スタッフブログ

2013年11月23日 (土) 日々の出来事

鞍馬天狗参上!!

「鞍馬天狗」といえば、シテが天狗で子方が源義経で、花見の稚児がたくさん出て来る華やかな太鼓物のお能を思い浮かべる方も多いかと思いますが、今回は90年前に誕生した「鞍馬天狗」をたずねてきました。場所は横浜を代表するスポットの1つ、港の見える丘公園にある大佛次郎記念館です。

大佛次郎記念館

 

 

 

はい。能「鞍馬天狗」ではなく、大佛次郎作の時代小説「鞍馬天狗」です。
現在、「大佛次郎没後40年記念 テーマ展示Ⅱ『鞍馬天狗』誕生90年」が開催されています。

 鞍馬天狗チラシJPG

 

 

「鞍馬天狗」の誕生のきっかけから(なんときっかけは関東大震災。)、雑誌や書籍、映画のポスターや子どものおもちゃまで「鞍馬天狗」に関するあらゆる資料が展示されています。
そのなかで、鞍馬天狗ゆかりの方からの色紙の展示コーナーがあり、5年前にNHKで鞍馬天狗を演じた野村萬斎さんの色紙も飾られていました。「鞍馬天狗参上!」という言葉とともに、鞍馬天狗の絵が描き添えられていたのにびっくりしました!!隣の展示室には放映当時の萬斎さんの写真入りの記事なども展示されていました。
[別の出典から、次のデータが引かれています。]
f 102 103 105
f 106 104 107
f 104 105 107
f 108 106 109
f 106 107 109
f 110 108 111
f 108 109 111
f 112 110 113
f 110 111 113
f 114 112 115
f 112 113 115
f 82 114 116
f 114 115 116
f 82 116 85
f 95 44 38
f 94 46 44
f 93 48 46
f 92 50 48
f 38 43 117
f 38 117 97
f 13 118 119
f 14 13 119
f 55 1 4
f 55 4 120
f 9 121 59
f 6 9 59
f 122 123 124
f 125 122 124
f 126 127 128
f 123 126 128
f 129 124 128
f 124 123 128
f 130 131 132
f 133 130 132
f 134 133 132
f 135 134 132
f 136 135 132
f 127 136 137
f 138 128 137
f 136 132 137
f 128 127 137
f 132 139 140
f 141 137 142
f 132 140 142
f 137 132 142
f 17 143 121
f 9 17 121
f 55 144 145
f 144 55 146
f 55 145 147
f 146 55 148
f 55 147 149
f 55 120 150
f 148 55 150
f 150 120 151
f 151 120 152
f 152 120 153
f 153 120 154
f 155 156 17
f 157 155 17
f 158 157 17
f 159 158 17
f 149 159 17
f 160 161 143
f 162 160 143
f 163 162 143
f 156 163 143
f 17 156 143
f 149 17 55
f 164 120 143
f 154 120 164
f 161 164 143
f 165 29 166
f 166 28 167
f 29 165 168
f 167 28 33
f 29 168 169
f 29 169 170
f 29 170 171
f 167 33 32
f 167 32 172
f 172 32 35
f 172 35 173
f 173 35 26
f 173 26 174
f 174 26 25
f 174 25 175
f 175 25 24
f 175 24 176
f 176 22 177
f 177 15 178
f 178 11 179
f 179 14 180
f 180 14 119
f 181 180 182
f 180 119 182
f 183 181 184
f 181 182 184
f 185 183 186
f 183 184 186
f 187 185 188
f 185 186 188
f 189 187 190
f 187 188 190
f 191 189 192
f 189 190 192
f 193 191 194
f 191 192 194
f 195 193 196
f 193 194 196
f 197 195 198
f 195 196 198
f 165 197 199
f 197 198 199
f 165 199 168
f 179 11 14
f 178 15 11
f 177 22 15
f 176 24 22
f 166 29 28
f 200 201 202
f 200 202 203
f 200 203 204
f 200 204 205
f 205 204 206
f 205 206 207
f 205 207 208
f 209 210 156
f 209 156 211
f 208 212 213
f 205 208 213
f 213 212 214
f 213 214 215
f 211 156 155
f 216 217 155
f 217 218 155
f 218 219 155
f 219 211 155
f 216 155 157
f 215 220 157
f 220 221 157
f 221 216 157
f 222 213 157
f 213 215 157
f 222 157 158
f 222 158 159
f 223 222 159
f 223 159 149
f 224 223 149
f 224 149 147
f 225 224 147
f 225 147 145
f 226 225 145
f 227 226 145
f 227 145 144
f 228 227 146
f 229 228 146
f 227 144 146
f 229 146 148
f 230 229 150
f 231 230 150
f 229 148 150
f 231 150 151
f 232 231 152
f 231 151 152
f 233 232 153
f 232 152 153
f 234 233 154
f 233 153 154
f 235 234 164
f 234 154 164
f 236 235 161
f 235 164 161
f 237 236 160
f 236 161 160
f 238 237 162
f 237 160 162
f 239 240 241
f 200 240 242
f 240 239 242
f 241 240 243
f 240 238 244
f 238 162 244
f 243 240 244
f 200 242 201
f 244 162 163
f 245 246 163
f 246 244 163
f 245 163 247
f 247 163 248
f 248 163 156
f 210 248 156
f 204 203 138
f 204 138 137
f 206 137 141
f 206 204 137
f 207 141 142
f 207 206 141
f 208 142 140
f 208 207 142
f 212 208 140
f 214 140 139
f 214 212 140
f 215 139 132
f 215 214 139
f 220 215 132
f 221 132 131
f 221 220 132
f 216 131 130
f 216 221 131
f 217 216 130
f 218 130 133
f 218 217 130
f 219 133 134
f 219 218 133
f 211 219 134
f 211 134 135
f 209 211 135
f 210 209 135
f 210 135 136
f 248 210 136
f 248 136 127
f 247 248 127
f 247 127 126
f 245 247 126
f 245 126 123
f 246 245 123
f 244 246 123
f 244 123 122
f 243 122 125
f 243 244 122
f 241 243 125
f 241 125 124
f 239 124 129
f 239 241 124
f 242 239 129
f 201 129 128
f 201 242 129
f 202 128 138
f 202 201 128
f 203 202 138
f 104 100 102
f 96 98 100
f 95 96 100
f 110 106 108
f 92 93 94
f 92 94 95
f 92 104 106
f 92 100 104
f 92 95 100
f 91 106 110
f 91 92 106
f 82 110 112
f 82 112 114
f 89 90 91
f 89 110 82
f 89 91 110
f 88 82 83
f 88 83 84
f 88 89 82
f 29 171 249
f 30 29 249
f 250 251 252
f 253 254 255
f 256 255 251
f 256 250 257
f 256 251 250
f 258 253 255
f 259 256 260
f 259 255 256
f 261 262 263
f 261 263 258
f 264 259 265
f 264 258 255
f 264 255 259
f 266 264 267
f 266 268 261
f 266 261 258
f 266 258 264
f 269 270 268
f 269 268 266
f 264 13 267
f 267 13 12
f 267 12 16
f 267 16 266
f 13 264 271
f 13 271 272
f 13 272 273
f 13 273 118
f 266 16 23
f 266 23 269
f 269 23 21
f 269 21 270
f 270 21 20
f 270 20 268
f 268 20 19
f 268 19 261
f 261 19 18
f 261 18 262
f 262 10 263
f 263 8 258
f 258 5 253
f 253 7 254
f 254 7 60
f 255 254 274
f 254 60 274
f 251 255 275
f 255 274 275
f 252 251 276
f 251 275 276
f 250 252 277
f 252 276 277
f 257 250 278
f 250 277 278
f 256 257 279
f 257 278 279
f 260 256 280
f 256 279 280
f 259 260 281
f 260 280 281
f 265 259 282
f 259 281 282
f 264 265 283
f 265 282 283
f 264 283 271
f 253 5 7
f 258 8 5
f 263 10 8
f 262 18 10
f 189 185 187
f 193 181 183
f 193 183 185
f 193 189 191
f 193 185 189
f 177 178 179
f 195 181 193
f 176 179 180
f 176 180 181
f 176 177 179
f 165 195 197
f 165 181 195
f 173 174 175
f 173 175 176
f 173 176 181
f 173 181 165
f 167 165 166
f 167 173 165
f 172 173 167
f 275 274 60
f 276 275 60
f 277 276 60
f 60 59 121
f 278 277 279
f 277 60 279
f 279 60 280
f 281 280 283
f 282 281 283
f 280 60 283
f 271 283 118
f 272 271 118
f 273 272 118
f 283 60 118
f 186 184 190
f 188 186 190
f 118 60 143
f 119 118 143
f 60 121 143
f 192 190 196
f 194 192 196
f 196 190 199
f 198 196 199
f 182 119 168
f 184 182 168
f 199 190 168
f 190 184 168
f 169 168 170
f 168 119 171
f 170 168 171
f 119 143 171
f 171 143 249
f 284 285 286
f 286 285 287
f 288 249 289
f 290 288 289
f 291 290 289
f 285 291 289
ところで、大佛次郎、ご存知ですか?横浜生まれなんです。「ダイブツジロウ」と読んでしまいそうになりますが、 「オサラギジロウ」 です。小説を書き始めた時に鎌倉大仏の裏手に住んでいたことから「大佛」という名字を、本物の大佛さまが「太郎」だから、自分は謙遜して「次郎」としたそうです。実際にこのあたりには「大佛」と書いて「おさらぎ」と読む北条氏の一族が住んでいたそうです。ペンネームは「大佛次郎」の他にもいくつもあって使い分けていたそうです。
(いろんなペンネームの原稿料袋も展示されていました)

 

 

大佛次郎は猫が大好きだったそうで、生涯で500匹くらいの猫と過ごしたそうです。なので、館内のあちこちに猫がたくさんいます。

玄関にも!

大佛次郎記念館入口

 

ランプの上にも!!
ステンドグラス

寝室を再現したお部屋にもたくさんの猫がいました。猫ちゃんたちを探すのも楽しみの1つです。

 

そして、大佛次郎記念館は、建物自体もとても素敵で、館内に入ると白い壁に青いガラスの光が反射してとても幻想的です。カメレオンガラスと呼ばれる特殊なガラスが窓にはめられていたり、随所にこだわりがあります。ここではとてもとてもご紹介しきれないので、ぜひぜひ、一度足をお運びいただき、実際に雰囲気を感じていただけると嬉しいです。
大佛次郎が好きな人、鞍馬天狗が好きな人、建築が好きな人、やっぱり猫が好きな人、いろんな方に楽しんでいただける空間です。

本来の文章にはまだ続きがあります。